Light would work. But I'm trying out the new Light Medium--seems to work for me too! I'm NW15 and just use it to seal in my foundation


----------



## KTB (Jan 20, 2008)

I'm an NW20 and right now I'm using Light but am going to try Light Medium once I get through this one, since I find it a tad bit light. I have Medium for the summer so will try something similar to that again this coming summer.


----------



## iluvmac (Jan 21, 2008)

I'm NW20 and I use Medium!


----------



## girlstar (Jan 21, 2008)

I am not an n*-anything.. I used to use nc15 in studio fix and it's too dark, then I tried nw20 in the satinfinish and it's also too dark. The light MSF is PERFECT for me.


----------



## Miss_M (Jan 21, 2008)

I'm between a NW15 and NW20 (N4 in Studio Fix powder foundation) and find Light a little too light (ghostly/ashy looking) and Medium is slightly too dark.
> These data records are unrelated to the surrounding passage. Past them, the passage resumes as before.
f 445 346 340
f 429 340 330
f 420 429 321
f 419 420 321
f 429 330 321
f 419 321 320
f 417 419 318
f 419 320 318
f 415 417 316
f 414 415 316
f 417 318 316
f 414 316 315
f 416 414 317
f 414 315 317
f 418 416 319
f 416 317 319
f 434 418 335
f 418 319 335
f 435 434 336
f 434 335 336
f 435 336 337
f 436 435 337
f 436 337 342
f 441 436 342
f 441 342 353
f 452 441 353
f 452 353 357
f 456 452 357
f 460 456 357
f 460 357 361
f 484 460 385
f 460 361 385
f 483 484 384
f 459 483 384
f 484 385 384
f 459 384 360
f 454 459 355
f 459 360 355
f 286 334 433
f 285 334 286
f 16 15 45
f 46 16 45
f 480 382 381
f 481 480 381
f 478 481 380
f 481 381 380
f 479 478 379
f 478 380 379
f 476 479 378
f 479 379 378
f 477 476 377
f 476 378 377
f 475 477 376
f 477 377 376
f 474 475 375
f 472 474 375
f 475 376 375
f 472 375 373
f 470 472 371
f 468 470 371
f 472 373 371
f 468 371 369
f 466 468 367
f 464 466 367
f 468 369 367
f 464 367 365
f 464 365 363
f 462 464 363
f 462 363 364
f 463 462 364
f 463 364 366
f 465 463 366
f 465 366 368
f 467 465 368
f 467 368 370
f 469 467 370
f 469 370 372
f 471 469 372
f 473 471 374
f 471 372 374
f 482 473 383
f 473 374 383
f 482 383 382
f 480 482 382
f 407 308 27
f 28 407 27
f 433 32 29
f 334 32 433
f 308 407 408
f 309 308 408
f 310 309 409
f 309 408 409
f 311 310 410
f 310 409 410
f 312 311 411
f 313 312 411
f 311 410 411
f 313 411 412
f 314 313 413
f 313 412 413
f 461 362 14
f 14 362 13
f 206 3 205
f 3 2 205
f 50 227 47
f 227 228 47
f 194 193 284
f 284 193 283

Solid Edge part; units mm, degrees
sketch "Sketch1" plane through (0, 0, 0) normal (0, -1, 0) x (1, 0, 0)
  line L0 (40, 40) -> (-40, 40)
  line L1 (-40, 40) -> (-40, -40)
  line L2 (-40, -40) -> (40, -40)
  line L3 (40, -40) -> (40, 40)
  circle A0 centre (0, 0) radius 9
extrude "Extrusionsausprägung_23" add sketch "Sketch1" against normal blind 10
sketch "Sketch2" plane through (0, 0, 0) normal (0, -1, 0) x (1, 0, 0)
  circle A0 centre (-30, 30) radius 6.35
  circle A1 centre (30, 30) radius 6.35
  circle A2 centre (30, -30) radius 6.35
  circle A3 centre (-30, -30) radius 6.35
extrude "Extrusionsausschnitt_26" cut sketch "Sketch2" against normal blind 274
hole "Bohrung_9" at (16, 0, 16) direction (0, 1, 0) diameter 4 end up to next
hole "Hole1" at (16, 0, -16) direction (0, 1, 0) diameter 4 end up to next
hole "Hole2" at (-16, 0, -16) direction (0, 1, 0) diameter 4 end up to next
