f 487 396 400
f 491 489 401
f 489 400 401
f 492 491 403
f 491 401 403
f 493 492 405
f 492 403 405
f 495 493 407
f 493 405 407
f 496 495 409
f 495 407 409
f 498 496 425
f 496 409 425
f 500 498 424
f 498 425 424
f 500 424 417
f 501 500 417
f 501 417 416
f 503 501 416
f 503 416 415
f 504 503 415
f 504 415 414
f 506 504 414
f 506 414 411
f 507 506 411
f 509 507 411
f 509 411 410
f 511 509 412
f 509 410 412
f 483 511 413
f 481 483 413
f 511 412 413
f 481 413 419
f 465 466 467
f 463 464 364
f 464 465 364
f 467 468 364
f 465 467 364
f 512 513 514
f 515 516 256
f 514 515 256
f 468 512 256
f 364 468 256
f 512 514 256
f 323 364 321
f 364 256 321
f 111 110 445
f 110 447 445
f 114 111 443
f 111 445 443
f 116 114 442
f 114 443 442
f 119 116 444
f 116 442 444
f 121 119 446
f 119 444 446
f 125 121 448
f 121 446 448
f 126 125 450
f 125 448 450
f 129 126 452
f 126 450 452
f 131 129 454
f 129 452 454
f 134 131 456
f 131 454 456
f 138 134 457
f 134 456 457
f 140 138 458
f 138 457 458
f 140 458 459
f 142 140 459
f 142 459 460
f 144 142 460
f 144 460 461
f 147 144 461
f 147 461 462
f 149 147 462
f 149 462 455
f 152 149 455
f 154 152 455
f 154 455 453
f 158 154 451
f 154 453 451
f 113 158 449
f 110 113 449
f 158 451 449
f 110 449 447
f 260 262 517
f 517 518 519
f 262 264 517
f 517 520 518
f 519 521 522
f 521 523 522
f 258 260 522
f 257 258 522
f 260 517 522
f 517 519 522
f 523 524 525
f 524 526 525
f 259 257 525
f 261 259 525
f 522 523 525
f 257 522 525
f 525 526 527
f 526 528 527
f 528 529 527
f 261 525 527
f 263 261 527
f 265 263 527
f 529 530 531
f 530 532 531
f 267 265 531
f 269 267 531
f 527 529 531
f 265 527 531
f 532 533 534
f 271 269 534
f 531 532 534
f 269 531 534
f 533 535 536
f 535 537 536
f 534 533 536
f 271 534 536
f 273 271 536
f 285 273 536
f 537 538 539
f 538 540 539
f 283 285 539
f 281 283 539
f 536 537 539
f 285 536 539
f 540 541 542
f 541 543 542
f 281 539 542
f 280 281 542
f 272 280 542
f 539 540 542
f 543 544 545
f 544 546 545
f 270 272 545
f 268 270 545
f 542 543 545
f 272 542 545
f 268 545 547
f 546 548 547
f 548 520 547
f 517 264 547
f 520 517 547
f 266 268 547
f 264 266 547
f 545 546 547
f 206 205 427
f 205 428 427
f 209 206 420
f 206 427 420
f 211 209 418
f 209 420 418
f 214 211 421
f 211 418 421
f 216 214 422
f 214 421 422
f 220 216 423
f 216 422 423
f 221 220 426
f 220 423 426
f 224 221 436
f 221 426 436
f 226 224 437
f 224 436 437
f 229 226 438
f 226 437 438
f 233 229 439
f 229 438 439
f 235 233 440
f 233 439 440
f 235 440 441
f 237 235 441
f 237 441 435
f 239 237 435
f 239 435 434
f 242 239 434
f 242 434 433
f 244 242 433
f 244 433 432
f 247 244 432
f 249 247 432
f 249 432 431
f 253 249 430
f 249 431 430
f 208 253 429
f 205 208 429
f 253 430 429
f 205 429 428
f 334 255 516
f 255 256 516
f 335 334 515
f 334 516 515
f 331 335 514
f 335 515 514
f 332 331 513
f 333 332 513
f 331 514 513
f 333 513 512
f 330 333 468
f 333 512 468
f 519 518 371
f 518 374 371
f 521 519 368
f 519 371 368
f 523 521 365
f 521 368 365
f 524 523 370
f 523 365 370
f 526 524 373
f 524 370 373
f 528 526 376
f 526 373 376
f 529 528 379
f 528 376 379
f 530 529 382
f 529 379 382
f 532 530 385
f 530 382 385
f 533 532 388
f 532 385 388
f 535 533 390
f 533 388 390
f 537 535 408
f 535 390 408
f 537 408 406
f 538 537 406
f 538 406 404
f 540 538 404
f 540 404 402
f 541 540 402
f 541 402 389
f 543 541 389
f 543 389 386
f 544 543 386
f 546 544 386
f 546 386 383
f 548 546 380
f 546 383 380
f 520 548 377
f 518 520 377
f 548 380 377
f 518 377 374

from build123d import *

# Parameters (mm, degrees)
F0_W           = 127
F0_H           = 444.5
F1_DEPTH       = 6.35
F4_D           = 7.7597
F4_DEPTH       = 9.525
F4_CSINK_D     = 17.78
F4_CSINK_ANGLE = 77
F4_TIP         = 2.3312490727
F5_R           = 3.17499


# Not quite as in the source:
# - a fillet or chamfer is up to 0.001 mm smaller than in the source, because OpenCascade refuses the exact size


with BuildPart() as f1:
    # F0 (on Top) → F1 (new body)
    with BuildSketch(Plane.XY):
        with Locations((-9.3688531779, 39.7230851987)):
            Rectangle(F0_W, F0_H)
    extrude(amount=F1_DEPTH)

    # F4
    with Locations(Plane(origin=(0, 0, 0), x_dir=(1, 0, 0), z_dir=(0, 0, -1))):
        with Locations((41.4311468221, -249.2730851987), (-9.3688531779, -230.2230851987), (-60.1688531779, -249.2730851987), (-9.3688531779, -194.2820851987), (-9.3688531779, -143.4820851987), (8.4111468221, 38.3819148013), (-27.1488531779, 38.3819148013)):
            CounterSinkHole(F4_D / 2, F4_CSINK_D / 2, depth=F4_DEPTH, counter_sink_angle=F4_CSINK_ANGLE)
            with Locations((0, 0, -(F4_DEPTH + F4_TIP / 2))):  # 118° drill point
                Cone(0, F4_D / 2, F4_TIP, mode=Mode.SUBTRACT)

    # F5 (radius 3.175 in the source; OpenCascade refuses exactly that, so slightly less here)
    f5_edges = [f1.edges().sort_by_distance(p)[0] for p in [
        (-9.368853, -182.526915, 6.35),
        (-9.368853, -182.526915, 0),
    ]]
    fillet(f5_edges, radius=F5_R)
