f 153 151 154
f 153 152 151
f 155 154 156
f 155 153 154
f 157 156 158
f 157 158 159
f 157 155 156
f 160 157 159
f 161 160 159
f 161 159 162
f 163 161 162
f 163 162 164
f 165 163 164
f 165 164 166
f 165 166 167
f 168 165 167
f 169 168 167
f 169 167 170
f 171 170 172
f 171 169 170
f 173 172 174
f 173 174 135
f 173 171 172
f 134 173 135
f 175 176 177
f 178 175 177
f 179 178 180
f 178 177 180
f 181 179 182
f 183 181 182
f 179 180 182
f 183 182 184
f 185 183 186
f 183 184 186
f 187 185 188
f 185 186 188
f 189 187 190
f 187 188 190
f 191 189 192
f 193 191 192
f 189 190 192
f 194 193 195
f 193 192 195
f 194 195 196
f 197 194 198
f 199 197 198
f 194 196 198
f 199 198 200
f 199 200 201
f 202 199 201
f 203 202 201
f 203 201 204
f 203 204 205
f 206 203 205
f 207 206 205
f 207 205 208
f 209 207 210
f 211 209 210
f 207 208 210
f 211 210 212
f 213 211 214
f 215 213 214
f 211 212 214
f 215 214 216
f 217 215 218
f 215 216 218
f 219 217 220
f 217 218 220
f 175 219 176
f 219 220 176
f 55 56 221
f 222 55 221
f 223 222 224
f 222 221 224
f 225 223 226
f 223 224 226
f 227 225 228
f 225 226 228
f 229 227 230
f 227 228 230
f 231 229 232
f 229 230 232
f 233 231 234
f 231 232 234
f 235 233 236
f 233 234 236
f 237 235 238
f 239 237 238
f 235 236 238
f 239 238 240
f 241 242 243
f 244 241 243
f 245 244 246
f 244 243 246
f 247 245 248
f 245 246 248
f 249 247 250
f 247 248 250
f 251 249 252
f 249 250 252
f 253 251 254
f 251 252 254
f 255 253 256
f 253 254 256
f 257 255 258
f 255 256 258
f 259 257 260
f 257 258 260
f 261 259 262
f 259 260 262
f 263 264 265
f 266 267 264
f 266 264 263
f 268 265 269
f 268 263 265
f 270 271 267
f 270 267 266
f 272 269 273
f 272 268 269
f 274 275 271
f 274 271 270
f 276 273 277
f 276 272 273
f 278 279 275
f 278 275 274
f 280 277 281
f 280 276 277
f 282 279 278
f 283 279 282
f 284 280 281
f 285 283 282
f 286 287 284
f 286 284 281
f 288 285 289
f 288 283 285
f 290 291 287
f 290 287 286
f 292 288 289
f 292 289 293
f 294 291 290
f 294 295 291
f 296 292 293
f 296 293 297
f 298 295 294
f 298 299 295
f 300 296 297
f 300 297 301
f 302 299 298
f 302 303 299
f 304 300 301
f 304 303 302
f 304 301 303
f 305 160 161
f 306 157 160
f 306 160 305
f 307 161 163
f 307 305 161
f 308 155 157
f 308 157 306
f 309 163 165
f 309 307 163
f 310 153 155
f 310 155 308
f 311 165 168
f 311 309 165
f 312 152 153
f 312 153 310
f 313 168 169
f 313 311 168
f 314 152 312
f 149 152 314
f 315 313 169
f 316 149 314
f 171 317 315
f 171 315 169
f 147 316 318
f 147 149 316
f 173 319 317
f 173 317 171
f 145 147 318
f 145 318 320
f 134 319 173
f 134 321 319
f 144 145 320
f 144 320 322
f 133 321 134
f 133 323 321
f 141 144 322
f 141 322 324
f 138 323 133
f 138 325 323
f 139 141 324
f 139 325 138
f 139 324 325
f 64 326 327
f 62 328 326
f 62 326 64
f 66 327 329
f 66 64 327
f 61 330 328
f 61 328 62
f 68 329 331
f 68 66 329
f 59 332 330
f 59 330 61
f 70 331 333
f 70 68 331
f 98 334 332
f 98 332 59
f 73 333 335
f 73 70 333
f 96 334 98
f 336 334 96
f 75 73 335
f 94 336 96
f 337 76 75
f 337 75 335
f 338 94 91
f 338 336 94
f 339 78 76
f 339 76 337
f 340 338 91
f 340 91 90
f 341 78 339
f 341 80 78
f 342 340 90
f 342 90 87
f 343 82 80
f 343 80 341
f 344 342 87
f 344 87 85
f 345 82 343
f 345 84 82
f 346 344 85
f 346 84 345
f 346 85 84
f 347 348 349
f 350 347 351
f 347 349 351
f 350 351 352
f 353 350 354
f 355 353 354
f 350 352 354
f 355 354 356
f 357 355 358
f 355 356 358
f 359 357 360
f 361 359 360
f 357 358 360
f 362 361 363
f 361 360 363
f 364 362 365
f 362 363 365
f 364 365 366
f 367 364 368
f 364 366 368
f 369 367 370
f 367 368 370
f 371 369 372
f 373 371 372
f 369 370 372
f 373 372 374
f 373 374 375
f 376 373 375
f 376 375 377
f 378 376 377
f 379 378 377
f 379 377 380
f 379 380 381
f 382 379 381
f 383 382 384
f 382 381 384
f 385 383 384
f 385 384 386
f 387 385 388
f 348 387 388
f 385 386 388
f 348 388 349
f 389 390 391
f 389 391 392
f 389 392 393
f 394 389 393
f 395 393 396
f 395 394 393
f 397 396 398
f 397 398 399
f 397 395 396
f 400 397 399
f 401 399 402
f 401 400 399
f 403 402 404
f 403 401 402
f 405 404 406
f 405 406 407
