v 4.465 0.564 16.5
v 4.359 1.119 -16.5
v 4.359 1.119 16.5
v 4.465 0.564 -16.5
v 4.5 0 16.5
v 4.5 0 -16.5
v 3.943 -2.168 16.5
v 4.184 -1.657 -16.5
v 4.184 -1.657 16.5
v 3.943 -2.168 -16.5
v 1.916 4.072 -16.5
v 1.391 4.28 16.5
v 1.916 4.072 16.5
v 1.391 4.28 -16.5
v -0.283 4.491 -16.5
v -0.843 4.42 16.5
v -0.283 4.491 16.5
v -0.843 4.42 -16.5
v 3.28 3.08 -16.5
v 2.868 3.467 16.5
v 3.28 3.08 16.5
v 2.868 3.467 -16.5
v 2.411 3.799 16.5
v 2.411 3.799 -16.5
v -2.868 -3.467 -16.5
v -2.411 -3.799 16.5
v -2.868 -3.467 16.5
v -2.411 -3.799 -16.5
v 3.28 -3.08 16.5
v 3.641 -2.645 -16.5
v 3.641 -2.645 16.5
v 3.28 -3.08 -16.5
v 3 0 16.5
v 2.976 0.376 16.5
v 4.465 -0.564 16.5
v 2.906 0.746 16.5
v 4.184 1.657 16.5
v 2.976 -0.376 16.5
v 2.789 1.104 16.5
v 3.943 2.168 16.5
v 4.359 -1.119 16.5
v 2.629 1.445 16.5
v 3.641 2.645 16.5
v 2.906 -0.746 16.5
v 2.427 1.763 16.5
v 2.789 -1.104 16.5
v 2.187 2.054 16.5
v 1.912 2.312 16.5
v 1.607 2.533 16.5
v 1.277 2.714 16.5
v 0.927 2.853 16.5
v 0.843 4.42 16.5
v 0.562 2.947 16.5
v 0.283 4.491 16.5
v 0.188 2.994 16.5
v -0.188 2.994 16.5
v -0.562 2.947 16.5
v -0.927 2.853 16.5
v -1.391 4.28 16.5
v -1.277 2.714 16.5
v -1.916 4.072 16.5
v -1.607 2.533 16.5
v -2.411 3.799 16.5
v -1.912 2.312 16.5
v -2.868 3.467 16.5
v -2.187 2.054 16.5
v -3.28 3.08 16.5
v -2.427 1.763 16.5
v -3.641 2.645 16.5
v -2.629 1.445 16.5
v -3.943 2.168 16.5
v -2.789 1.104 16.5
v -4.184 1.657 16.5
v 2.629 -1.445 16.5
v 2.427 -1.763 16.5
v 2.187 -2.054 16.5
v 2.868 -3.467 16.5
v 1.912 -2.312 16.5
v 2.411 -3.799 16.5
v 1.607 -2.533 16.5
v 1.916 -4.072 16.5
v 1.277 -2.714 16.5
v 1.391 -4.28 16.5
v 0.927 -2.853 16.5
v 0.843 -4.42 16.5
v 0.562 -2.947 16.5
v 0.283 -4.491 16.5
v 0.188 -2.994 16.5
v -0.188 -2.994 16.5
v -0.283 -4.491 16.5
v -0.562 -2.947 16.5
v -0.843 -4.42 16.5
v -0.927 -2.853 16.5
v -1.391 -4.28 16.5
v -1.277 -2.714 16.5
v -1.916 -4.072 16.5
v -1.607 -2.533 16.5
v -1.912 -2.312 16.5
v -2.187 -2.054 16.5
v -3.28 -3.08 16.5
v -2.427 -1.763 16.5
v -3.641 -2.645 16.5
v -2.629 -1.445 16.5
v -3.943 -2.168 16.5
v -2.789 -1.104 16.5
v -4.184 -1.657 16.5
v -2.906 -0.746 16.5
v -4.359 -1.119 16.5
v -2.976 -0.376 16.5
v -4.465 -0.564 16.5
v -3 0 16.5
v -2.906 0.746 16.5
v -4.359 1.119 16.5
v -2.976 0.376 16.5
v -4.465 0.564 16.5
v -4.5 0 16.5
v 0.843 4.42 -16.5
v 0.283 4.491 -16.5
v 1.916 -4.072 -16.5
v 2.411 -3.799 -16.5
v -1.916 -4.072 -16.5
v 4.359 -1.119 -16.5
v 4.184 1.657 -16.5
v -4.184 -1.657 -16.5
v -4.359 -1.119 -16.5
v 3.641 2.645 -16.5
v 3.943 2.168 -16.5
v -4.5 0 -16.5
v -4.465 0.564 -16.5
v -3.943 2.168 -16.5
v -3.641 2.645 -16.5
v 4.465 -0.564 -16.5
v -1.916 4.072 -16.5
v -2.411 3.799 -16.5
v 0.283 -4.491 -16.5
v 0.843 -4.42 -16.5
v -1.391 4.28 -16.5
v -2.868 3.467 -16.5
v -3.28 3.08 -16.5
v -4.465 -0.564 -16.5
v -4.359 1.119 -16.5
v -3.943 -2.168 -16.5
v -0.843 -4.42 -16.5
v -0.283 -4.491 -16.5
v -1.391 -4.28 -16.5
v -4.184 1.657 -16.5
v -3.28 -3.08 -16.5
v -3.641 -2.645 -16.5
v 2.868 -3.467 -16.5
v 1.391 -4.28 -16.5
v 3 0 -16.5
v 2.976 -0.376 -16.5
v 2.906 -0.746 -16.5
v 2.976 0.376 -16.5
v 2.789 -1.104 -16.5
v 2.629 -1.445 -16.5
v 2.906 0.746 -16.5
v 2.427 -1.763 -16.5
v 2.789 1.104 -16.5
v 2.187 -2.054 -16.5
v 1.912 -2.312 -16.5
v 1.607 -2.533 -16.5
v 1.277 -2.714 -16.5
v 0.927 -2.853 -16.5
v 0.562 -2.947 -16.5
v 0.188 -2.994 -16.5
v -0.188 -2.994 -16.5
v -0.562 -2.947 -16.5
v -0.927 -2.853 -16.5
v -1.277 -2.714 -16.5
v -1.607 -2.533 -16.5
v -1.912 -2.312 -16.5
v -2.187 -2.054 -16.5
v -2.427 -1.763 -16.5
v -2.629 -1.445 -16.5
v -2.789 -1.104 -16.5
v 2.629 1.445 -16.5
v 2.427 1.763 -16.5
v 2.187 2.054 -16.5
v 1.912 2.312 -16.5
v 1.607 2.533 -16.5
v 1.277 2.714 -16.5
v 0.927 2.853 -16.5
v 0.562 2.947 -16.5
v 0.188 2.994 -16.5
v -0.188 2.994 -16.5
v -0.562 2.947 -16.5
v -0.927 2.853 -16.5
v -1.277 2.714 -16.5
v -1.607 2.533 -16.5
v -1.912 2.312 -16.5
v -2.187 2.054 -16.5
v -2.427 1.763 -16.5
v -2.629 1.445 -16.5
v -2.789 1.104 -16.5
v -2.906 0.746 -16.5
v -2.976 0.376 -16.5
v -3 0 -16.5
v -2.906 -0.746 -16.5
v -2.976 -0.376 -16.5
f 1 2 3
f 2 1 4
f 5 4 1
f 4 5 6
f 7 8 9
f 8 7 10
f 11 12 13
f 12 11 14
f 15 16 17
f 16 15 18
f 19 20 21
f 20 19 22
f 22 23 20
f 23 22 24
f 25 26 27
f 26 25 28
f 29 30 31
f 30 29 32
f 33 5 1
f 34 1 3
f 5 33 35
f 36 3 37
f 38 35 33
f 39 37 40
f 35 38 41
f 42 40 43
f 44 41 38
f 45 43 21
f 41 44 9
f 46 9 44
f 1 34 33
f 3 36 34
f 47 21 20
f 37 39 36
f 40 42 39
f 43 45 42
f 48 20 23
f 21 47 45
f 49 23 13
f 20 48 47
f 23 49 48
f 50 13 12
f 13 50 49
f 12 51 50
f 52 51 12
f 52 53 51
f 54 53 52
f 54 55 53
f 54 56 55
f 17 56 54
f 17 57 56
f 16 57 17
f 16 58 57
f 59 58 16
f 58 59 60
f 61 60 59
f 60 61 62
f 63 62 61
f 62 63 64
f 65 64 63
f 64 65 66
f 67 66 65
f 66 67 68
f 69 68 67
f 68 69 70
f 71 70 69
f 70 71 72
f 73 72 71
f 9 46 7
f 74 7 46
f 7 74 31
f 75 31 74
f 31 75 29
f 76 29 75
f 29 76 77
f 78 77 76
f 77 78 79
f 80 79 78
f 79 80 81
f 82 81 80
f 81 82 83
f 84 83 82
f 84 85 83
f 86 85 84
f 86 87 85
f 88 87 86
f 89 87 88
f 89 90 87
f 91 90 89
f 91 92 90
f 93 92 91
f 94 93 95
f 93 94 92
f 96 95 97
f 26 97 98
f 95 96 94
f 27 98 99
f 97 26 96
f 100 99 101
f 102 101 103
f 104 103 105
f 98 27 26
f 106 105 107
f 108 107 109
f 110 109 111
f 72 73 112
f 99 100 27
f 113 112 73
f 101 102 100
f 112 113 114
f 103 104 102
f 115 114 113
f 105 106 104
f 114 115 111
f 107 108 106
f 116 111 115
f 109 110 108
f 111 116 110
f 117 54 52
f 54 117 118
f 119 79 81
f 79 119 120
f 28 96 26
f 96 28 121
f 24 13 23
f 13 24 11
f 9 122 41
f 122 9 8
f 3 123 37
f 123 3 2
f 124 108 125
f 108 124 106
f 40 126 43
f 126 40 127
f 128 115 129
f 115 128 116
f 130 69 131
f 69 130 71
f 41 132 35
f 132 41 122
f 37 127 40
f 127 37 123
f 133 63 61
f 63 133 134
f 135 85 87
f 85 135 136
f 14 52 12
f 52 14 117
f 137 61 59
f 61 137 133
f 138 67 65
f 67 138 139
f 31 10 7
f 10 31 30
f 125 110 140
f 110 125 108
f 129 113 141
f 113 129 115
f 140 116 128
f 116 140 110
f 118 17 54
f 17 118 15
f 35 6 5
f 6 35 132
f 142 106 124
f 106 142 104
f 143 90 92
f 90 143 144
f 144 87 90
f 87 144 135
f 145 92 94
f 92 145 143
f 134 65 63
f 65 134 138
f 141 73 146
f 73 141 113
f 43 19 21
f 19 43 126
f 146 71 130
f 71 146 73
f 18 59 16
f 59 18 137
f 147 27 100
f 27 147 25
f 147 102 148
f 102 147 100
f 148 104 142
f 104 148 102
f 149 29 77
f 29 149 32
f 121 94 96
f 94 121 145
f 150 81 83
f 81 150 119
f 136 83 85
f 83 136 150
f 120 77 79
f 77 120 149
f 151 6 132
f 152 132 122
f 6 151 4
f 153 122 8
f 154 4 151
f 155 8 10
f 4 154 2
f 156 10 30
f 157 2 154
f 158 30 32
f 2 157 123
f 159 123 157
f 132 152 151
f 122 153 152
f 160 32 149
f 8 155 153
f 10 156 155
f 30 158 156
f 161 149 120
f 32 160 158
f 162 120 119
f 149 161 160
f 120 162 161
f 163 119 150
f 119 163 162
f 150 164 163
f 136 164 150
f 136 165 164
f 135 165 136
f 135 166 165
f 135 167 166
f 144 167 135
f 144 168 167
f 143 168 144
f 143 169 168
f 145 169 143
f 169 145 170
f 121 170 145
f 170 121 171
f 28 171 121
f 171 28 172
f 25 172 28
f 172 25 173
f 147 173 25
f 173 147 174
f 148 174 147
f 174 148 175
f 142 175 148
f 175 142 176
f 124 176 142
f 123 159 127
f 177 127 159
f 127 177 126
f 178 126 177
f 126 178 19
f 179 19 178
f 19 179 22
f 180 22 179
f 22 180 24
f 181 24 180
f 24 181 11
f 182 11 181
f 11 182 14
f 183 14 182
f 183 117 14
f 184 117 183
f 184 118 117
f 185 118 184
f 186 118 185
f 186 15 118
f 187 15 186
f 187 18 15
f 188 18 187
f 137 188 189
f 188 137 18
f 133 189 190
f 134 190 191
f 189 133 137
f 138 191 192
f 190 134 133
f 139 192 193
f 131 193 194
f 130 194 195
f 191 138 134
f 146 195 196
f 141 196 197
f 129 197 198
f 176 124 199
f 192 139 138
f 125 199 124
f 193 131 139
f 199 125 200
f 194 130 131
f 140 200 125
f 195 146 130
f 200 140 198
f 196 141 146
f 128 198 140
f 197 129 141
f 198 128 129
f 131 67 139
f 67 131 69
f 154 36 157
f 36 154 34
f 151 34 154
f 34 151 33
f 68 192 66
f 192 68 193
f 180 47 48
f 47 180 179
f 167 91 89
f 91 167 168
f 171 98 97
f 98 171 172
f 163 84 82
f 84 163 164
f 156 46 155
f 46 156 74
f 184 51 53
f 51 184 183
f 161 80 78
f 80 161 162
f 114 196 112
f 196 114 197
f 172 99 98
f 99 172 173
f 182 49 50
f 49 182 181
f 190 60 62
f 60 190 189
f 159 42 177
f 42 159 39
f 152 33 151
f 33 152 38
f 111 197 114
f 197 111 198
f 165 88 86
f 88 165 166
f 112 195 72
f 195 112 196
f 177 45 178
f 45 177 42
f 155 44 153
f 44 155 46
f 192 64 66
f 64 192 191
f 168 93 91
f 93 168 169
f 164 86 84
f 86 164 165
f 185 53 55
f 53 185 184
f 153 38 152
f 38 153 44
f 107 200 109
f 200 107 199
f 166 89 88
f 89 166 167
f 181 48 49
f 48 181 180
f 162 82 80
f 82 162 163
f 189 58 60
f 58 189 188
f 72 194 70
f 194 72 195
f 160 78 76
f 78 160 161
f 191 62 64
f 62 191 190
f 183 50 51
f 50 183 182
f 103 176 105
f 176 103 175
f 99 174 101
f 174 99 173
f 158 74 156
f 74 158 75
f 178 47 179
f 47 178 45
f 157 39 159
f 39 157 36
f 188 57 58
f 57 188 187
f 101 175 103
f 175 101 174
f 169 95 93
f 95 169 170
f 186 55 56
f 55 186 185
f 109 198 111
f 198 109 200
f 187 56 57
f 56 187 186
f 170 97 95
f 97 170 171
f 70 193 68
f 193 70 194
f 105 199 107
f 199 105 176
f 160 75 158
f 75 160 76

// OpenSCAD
$fn = 50;


difference() {
	union() {
		translate(v = [0, 0, -16.5000000000]) {
			cylinder(h = 33, r = 4.5000000000);
		}
	}
	union() {
		translate(v = [0, 0, -100.0000000000]) {
			cylinder(h = 200, r = 3.0000000000);
		}
	}
}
I'm really happy there is an "in between" shade now in Light Medium, so I'm anxious to try that one out


----------



## tiramisu (Jan 21, 2008)

I am a total NW20 (matches me perfectly) and I say Medium!!  Med. is actually pretty light to me in the MSF's.  
Light works when I go a tad paler in the winter but I am still def in the Medium category right now for some reason with both MSF and blot powder.  So if you're closer to NW15, go for light.
Sorry for the lengthy explanation, but that's just me 

*ETA* Oh! I must have missed there is a light medium now?!! woot!


----------



## SquirrelQueen (Jan 22, 2008)

NW20.  Light medium.


----------



## Kiseki (Jan 22, 2008)

I say Light, that's what I wore and matched me perfectly.


----------



## Inkerbelle (Jan 22, 2008)

I'm an NW15 and I use light


----------



## seabird (Jan 22, 2008)

NC15 and i use light.


----------



## greentwig (Jan 22, 2008)

Thank you for asking this Question & *Thank You Girls for Answering*!!!
	

	
	
		
		

		
		
	


	




I'll have to try this next time I go in.


----------